* _ACTIVITY_
The data below must be repeated exactly. Leave nothing out.
:: DATASET CONTENT ::
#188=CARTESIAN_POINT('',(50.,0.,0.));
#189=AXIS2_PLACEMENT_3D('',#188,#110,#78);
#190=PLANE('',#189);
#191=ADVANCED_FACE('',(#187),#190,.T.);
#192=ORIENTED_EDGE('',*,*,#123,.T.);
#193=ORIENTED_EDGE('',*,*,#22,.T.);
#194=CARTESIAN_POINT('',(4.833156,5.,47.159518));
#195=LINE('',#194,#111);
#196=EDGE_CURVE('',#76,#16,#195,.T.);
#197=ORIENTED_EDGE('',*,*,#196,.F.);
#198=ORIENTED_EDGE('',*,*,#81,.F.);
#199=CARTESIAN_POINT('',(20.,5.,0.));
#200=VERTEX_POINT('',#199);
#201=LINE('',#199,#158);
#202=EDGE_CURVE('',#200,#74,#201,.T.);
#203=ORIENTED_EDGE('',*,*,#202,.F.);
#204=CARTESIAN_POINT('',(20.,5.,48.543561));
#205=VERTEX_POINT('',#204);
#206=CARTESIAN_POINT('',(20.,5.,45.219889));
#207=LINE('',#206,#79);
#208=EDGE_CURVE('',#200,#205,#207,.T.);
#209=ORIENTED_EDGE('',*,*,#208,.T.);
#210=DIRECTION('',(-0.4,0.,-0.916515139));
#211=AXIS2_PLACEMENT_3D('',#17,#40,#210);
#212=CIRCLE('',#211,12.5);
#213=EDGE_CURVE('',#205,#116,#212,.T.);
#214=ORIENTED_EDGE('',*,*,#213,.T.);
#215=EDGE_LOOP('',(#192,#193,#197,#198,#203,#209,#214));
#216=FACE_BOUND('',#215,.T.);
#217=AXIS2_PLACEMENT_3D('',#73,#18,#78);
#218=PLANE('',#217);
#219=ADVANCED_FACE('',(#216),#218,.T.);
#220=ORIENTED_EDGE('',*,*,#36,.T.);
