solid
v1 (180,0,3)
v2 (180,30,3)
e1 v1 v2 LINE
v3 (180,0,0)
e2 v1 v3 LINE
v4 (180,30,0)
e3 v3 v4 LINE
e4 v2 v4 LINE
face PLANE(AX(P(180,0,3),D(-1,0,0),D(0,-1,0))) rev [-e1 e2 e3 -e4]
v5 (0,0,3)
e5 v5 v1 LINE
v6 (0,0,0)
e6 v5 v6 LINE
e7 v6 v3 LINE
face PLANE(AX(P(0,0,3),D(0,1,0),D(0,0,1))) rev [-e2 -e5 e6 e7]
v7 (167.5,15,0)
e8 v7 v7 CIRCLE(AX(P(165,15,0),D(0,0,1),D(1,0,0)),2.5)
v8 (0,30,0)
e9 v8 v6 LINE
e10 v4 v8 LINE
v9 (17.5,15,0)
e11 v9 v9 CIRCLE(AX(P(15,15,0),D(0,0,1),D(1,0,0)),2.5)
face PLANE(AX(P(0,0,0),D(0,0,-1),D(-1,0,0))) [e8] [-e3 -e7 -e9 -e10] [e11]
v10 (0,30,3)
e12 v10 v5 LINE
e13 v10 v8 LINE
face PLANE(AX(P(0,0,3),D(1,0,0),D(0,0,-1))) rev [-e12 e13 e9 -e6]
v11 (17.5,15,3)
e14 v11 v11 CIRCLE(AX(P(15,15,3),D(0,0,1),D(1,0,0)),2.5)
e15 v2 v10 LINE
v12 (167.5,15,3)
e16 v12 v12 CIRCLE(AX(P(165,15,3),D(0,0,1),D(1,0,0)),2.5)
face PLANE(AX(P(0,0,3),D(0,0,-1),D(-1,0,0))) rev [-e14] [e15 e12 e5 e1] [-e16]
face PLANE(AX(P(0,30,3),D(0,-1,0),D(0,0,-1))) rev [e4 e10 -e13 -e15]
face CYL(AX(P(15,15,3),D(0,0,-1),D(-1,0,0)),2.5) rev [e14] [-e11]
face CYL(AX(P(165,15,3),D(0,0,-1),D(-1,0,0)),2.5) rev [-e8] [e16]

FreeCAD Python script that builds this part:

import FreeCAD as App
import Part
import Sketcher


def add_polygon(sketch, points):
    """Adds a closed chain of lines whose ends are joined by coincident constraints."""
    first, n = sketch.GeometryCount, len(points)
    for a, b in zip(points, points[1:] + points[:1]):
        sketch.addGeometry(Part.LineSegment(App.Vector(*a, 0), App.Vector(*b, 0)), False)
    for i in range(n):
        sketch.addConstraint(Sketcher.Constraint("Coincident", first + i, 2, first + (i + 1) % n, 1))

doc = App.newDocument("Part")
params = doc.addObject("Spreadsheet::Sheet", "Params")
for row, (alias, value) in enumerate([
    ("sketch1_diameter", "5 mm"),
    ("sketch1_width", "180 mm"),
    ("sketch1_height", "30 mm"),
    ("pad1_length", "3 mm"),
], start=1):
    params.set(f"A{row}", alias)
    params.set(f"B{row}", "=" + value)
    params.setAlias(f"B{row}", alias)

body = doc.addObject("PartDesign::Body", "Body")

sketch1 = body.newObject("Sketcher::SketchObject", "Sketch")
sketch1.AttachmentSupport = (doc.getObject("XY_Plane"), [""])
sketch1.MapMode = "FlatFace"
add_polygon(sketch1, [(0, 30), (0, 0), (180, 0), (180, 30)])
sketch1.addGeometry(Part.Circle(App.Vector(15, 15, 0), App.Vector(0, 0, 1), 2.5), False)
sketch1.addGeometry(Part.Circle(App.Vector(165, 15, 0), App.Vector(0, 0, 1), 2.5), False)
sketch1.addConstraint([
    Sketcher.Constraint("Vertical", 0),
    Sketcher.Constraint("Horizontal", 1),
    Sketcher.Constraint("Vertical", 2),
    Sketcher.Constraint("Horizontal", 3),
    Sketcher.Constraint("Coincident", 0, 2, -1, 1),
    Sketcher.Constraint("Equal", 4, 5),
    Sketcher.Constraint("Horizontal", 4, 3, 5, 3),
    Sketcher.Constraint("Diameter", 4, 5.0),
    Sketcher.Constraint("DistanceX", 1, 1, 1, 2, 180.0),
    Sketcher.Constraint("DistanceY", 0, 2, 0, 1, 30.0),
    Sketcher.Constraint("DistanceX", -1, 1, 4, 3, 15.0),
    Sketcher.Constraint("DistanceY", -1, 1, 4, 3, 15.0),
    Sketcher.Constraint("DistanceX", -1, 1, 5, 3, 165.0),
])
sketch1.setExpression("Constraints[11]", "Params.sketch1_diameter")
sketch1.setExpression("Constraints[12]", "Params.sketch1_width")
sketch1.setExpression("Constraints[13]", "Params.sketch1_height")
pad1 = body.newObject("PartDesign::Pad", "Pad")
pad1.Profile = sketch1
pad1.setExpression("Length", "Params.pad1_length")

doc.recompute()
:::
* _WRITTEN SOLUTION_
#188=CARTESIAN_POINT('',(50.,0.,0.));
#189=AXIS2_PLACEMENT_3D('',#188,#110,#78);
#190=PLANE('',#189);
#191=ADVANCED_FACE('',(#187),#190,.T.);
#192=ORIENTED_EDGE('',*,*,#123,.T.);
#193=ORIENTED_EDGE('',*,*,#22,.T.);
#194=CARTESIAN_POINT('',(4.833156,5.,47.159518));
#195=LINE('',#194,#111);
#196=EDGE_CURVE('',#76,#16,#195,.T.);
#197=ORIENTED_EDGE('',*,*,#196,.F.);
#198=ORIENTED_EDGE('',*,*,#81,.F.);
#199=CARTESIAN_POINT('',(20.,5.,0.));
#200=VERTEX_POINT('',#199);
#201=LINE('',#199,#158);
#202=EDGE_CURVE('',#200,#74,#201,.T.);
#203=ORIENTED_EDGE('',*,*,#202,.F.);
#204=CARTESIAN_POINT('',(20.,5.,48.543561));
#205=VERTEX_POINT('',#204);
#206=CARTESIAN_POINT('',(20.,5.,45.219889));
#207=LINE('',#206,#79);
#208=EDGE_CURVE('',#200,#205,#207,.T.);
#209=ORIENTED_EDGE('',*,*,#208,.T.);
#210=DIRECTION('',(-0.4,0.,-0.916515139));
#211=AXIS2_PLACEMENT_3D('',#17,#40,#210);
#212=CIRCLE('',#211,12.5);
#213=EDGE_CURVE('',#205,#116,#212,.T.);
#214=ORIENTED_EDGE('',*,*,#213,.T.);
#215=EDGE_LOOP('',(#192,#193,#197,#198,#203,#209,#214));
#216=FACE_BOUND('',#215,.T.);
#217=AXIS2_PLACEMENT_3D('',#73,#18,#78);
#218=PLANE('',#217);
#219=ADVANCED_FACE('',(#216),#218,.T.);
#220=ORIENTED_EDGE('',*,*,#36,.T.);
solid
v1 (180,0,3)
v2 (180,30,3)
e1 v1 v2 LINE
v3 (180,0,0)
e2 v1 v3 LINE
v4 (180,30,0)
e3 v3 v4 LINE
e4 v2 v4 LINE
face PLANE(AX(P(180,0,3),D(-1,0,0),D(0,-1,0))) rev [-e1 e2 e3 -e4]
v5 (0,0,3)
e5 v5 v1 LINE
v6 (0,0,0)
e6 v5 v6 LINE
e7 v6 v3 LINE
face PLANE(AX(P(0,0,3),D(0,1,0),D(0,0,1))) rev [-e2 -e5 e6 e7]
v7 (167.5,15,0)
e8 v7 v7 CIRCLE(AX(P(165,15,0),D(0,0,1),D(1,0,0)),2.5)
v8 (0,30,0)
e9 v8 v6 LINE
e10 v4 v8 LINE
v9 (17.5,15,0)
e11 v9 v9 CIRCLE(AX(P(15,15,0),D(0,0,1),D(1,0,0)),2.5)
face PLANE(AX(P(0,0,0),D(0,0,-1),D(-1,0,0))) [e8] [-e3 -e7 -e9 -e10] [e11]
v10 (0,30,3)
e12 v10 v5 LINE
e13 v10 v8 LINE
face PLANE(AX(P(0,0,3),D(1,0,0),D(0,0,-1))) rev [-e12 e13 e9 -e6]
v11 (17.5,15,3)
e14 v11 v11 CIRCLE(AX(P(15,15,3),D(0,0,1),D(1,0,0)),2.5)
e15 v2 v10 LINE
v12 (167.5,15,3)
e16 v12 v12 CIRCLE(AX(P(165,15,3),D(0,0,1),D(1,0,0)),2.5)
face PLANE(AX(P(0,0,3),D(0,0,-1),D(-1,0,0))) rev [-e14] [e15 e12 e5 e1] [-e16]
face PLANE(AX(P(0,30,3),D(0,-1,0),D(0,0,-1))) rev [e4 e10 -e13 -e15]
face CYL(AX(P(15,15,3),D(0,0,-1),D(-1,0,0)),2.5) rev [e14] [-e11]
face CYL(AX(P(165,15,3),D(0,0,-1),D(-1,0,0)),2.5) rev [-e8] [e16]

FreeCAD Python script that builds this part:

import FreeCAD as App
import Part
import Sketcher


def add_polygon(sketch, points):
    """Adds a closed chain of lines whose ends are joined by coincident constraints."""
    first, n = sketch.GeometryCount, len(points)
    for a, b in zip(points, points[1:] + points[:1]):
        sketch.addGeometry(Part.LineSegment(App.Vector(*a, 0), App.Vector(*b, 0)), False)
    for i in range(n):
        sketch.addConstraint(Sketcher.Constraint("Coincident", first + i, 2, first + (i + 1) % n, 1))

doc = App.newDocument("Part")
params = doc.addObject("Spreadsheet::Sheet", "Params")
for row, (alias, value) in enumerate([
    ("sketch1_diameter", "5 mm"),
    ("sketch1_width", "180 mm"),
    ("sketch1_height", "30 mm"),
    ("pad1_length", "3 mm"),
], start=1):
    params.set(f"A{row}", alias)
    params.set(f"B{row}", "=" + value)
    params.setAlias(f"B{row}", alias)

body = doc.addObject("PartDesign::Body", "Body")

sketch1 = body.newObject("Sketcher::SketchObject", "Sketch")
sketch1.AttachmentSupport = (doc.getObject("XY_Plane"), [""])
sketch1.MapMode = "FlatFace"
add_polygon(sketch1, [(0, 30), (0, 0), (180, 0), (180, 30)])
sketch1.addGeometry(Part.Circle(App.Vector(15, 15, 0), App.Vector(0, 0, 1), 2.5), False)
sketch1.addGeometry(Part.Circle(App.Vector(165, 15, 0), App.Vector(0, 0, 1), 2.5), False)
sketch1.addConstraint([
    Sketcher.Constraint("Vertical", 0),
    Sketcher.Constraint("Horizontal", 1),
    Sketcher.Constraint("Vertical", 2),
    Sketcher.Constraint("Horizontal", 3),
    Sketcher.Constraint("Coincident", 0, 2, -1, 1),
    Sketcher.Constraint("Equal", 4, 5),
    Sketcher.Constraint("Horizontal", 4, 3, 5, 3),
    Sketcher.Constraint("Diameter", 4, 5.0),
    Sketcher.Constraint("DistanceX", 1, 1, 1, 2, 180.0),
    Sketcher.Constraint("DistanceY", 0, 2, 0, 1, 30.0),
    Sketcher.Constraint("DistanceX", -1, 1, 4, 3, 15.0),
    Sketcher.Constraint("DistanceY", -1, 1, 4, 3, 15.0),
    Sketcher.Constraint("DistanceX", -1, 1, 5, 3, 165.0),
])
sketch1.setExpression("Constraints[11]", "Params.sketch1_diameter")
sketch1.setExpression("Constraints[12]", "Params.sketch1_width")
sketch1.setExpression("Constraints[13]", "Params.sketch1_height")
pad1 = body.newObject("PartDesign::Pad", "Pad")
pad1.Profile = sketch1
pad1.setExpression("Length", "Params.pad1_length")

doc.recompute()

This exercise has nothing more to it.